■ Exercise goal:
Look below for the line that contains "f 921 533 920", then copy it and each following line exactly, through and including the line that contains "f 928 927 538".

[Dataset entries]
-------

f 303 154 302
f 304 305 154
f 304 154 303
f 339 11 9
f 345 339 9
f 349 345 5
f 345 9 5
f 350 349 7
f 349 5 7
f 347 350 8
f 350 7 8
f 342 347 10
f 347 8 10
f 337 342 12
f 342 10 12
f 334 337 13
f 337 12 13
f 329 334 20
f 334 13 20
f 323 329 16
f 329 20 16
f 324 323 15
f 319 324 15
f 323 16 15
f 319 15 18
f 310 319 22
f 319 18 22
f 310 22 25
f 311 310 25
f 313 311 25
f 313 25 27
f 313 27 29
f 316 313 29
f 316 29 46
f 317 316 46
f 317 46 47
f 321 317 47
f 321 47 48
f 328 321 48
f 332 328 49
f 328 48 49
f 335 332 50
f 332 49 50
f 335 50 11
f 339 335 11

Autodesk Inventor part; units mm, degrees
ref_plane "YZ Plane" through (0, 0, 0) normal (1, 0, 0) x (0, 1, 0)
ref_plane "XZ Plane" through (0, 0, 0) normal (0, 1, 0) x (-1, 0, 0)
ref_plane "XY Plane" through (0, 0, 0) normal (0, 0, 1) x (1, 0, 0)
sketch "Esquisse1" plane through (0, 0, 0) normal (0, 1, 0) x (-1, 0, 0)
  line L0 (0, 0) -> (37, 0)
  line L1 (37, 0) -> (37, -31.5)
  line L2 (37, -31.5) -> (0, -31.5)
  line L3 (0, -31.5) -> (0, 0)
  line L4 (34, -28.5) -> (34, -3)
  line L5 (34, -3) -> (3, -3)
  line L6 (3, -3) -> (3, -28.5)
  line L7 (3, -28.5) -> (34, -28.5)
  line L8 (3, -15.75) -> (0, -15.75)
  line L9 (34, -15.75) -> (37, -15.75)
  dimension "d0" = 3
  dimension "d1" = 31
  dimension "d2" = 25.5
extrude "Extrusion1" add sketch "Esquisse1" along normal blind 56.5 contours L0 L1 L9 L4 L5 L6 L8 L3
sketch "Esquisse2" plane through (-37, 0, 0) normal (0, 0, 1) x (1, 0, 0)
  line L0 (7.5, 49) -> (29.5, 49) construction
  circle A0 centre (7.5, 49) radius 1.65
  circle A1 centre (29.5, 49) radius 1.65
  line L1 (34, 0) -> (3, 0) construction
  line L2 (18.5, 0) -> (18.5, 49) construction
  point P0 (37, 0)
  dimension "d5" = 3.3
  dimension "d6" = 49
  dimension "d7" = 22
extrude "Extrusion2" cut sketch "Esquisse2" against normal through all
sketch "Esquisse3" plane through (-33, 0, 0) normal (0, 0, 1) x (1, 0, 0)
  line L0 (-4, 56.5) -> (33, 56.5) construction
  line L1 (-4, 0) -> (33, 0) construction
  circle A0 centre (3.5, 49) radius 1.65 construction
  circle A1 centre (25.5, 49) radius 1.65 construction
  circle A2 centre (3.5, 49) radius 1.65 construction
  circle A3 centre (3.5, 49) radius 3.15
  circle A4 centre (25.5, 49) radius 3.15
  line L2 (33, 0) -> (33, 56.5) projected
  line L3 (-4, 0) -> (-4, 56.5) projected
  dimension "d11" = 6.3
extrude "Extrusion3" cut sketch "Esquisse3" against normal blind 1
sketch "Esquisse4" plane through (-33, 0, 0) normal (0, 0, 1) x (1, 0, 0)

-------

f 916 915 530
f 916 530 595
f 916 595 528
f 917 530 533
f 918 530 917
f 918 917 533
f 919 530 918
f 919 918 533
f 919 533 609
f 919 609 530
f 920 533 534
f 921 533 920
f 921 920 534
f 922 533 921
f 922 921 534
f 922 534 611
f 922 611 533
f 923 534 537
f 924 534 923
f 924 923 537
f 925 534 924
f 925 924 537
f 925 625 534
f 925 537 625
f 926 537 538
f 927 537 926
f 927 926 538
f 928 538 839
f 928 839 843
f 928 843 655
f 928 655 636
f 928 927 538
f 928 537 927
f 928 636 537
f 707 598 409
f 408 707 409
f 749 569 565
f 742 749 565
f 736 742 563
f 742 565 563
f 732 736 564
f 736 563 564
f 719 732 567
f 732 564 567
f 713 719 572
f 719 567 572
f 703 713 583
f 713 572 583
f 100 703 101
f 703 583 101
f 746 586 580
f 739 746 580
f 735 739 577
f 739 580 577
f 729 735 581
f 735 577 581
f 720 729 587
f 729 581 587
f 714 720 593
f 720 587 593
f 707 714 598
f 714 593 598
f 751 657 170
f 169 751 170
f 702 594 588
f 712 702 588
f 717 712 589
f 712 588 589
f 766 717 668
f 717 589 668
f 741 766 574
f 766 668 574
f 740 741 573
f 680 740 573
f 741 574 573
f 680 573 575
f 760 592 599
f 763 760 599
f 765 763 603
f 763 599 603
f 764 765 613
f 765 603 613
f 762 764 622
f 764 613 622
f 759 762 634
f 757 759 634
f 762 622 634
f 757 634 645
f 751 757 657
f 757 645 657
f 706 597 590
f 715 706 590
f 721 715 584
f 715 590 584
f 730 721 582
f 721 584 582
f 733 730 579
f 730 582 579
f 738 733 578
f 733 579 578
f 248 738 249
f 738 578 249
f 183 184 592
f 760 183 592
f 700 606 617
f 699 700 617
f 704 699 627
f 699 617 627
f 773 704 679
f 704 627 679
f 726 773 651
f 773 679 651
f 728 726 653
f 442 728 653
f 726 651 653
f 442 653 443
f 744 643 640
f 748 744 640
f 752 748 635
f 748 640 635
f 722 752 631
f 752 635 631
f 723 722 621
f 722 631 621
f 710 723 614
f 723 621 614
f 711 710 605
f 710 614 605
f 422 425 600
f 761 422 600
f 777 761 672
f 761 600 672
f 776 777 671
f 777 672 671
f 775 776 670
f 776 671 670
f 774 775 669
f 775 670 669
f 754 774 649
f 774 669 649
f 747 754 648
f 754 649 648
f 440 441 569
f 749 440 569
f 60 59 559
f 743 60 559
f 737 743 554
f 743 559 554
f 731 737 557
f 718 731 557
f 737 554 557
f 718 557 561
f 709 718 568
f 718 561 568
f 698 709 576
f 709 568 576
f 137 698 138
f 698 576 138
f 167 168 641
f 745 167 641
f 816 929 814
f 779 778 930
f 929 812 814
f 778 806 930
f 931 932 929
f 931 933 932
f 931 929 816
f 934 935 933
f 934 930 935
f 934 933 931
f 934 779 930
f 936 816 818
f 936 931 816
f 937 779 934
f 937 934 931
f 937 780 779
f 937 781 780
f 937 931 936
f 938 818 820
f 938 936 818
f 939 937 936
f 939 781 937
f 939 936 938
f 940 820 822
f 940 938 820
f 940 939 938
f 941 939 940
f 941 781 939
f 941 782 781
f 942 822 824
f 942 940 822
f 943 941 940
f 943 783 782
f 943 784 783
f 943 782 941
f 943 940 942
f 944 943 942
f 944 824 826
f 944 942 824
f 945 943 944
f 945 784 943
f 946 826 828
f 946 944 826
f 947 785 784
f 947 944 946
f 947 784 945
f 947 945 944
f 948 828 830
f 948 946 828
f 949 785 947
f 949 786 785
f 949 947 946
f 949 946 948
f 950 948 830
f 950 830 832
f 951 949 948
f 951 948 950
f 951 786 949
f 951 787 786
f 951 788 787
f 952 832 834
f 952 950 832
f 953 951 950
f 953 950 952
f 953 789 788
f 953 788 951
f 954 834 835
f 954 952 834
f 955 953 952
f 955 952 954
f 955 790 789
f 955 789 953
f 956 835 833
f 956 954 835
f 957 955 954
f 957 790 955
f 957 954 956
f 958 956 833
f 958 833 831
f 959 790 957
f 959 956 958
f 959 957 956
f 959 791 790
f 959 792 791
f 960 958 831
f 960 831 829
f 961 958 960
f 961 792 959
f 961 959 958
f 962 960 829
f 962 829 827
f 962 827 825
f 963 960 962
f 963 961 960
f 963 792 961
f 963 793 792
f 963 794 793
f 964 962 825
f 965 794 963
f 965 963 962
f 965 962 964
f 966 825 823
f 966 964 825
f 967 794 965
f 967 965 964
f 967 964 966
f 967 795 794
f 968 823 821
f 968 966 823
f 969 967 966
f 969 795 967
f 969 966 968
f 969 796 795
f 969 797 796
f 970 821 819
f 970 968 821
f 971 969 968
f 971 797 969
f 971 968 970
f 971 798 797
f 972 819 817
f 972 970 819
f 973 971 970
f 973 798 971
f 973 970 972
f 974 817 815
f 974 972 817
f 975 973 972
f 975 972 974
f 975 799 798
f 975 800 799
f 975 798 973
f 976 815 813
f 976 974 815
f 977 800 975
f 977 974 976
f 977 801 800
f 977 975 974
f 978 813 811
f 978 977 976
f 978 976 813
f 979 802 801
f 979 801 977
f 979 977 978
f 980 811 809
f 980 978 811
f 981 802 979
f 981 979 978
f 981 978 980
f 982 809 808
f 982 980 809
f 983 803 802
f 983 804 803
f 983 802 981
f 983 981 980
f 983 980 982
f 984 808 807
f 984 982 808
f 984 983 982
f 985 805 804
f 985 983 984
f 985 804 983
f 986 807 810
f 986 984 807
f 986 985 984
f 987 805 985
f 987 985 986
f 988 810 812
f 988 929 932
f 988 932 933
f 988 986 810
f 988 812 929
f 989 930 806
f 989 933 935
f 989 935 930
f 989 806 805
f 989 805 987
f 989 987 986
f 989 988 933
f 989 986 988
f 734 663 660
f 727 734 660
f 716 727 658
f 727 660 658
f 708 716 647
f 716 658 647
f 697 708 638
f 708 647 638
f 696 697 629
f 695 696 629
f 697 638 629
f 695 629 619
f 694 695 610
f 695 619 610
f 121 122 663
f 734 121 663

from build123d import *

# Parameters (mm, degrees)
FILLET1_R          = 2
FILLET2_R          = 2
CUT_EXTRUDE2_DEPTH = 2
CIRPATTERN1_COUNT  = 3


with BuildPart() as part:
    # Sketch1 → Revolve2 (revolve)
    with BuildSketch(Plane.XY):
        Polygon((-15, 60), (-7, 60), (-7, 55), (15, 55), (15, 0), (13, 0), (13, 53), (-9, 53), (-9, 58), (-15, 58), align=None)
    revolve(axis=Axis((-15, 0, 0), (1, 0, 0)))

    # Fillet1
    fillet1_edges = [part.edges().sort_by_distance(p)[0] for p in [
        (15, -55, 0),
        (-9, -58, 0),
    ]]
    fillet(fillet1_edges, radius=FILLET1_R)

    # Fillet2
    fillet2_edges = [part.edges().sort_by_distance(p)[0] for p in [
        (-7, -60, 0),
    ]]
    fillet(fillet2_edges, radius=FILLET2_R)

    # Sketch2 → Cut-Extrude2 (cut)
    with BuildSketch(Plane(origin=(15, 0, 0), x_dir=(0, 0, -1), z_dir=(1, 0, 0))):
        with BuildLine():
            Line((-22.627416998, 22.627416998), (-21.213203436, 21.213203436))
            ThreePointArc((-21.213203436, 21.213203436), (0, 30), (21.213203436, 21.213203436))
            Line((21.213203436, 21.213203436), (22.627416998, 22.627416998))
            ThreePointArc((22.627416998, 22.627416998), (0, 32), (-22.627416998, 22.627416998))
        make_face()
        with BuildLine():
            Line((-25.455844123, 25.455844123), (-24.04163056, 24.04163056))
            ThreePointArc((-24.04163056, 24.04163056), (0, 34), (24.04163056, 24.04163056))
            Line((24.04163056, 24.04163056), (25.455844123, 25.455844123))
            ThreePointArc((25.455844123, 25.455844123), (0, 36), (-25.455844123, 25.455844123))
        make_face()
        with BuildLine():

-------

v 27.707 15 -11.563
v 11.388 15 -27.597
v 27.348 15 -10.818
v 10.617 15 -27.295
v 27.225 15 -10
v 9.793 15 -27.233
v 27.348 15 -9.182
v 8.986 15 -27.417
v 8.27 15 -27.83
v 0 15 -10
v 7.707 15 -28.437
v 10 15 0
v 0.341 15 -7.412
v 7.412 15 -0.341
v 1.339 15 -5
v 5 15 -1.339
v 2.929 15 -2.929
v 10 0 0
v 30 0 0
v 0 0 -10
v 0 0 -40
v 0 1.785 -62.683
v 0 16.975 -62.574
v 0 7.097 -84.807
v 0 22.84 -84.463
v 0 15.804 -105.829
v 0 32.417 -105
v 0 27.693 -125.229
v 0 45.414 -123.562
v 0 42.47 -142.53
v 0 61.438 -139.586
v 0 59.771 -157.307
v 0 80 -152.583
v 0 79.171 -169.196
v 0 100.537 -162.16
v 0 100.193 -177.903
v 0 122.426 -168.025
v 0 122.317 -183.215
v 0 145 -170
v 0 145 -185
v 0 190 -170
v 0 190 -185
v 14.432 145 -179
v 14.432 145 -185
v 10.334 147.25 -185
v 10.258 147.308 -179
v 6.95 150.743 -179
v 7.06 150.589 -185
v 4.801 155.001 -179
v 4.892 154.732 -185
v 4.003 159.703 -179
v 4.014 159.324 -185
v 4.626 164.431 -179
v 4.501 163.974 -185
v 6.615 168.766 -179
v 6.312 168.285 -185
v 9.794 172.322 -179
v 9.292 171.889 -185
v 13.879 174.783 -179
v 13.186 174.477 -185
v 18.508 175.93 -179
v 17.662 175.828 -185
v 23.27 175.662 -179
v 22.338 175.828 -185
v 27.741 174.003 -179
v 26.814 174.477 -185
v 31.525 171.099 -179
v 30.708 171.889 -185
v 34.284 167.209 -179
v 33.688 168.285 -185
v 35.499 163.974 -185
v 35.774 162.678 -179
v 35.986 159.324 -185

-------

■ Answer area:
f 921 533 920
f 921 920 534
f 922 533 921
f 922 921 534
f 922 534 611
f 922 611 533
f 923 534 537
f 924 534 923
f 924 923 537
f 925 534 924
f 925 924 537
f 925 625 534
f 925 537 625
f 926 537 538
f 927 537 926
f 927 926 538
f 928 538 839
f 928 839 843
f 928 843 655
f 928 655 636
f 928 927 538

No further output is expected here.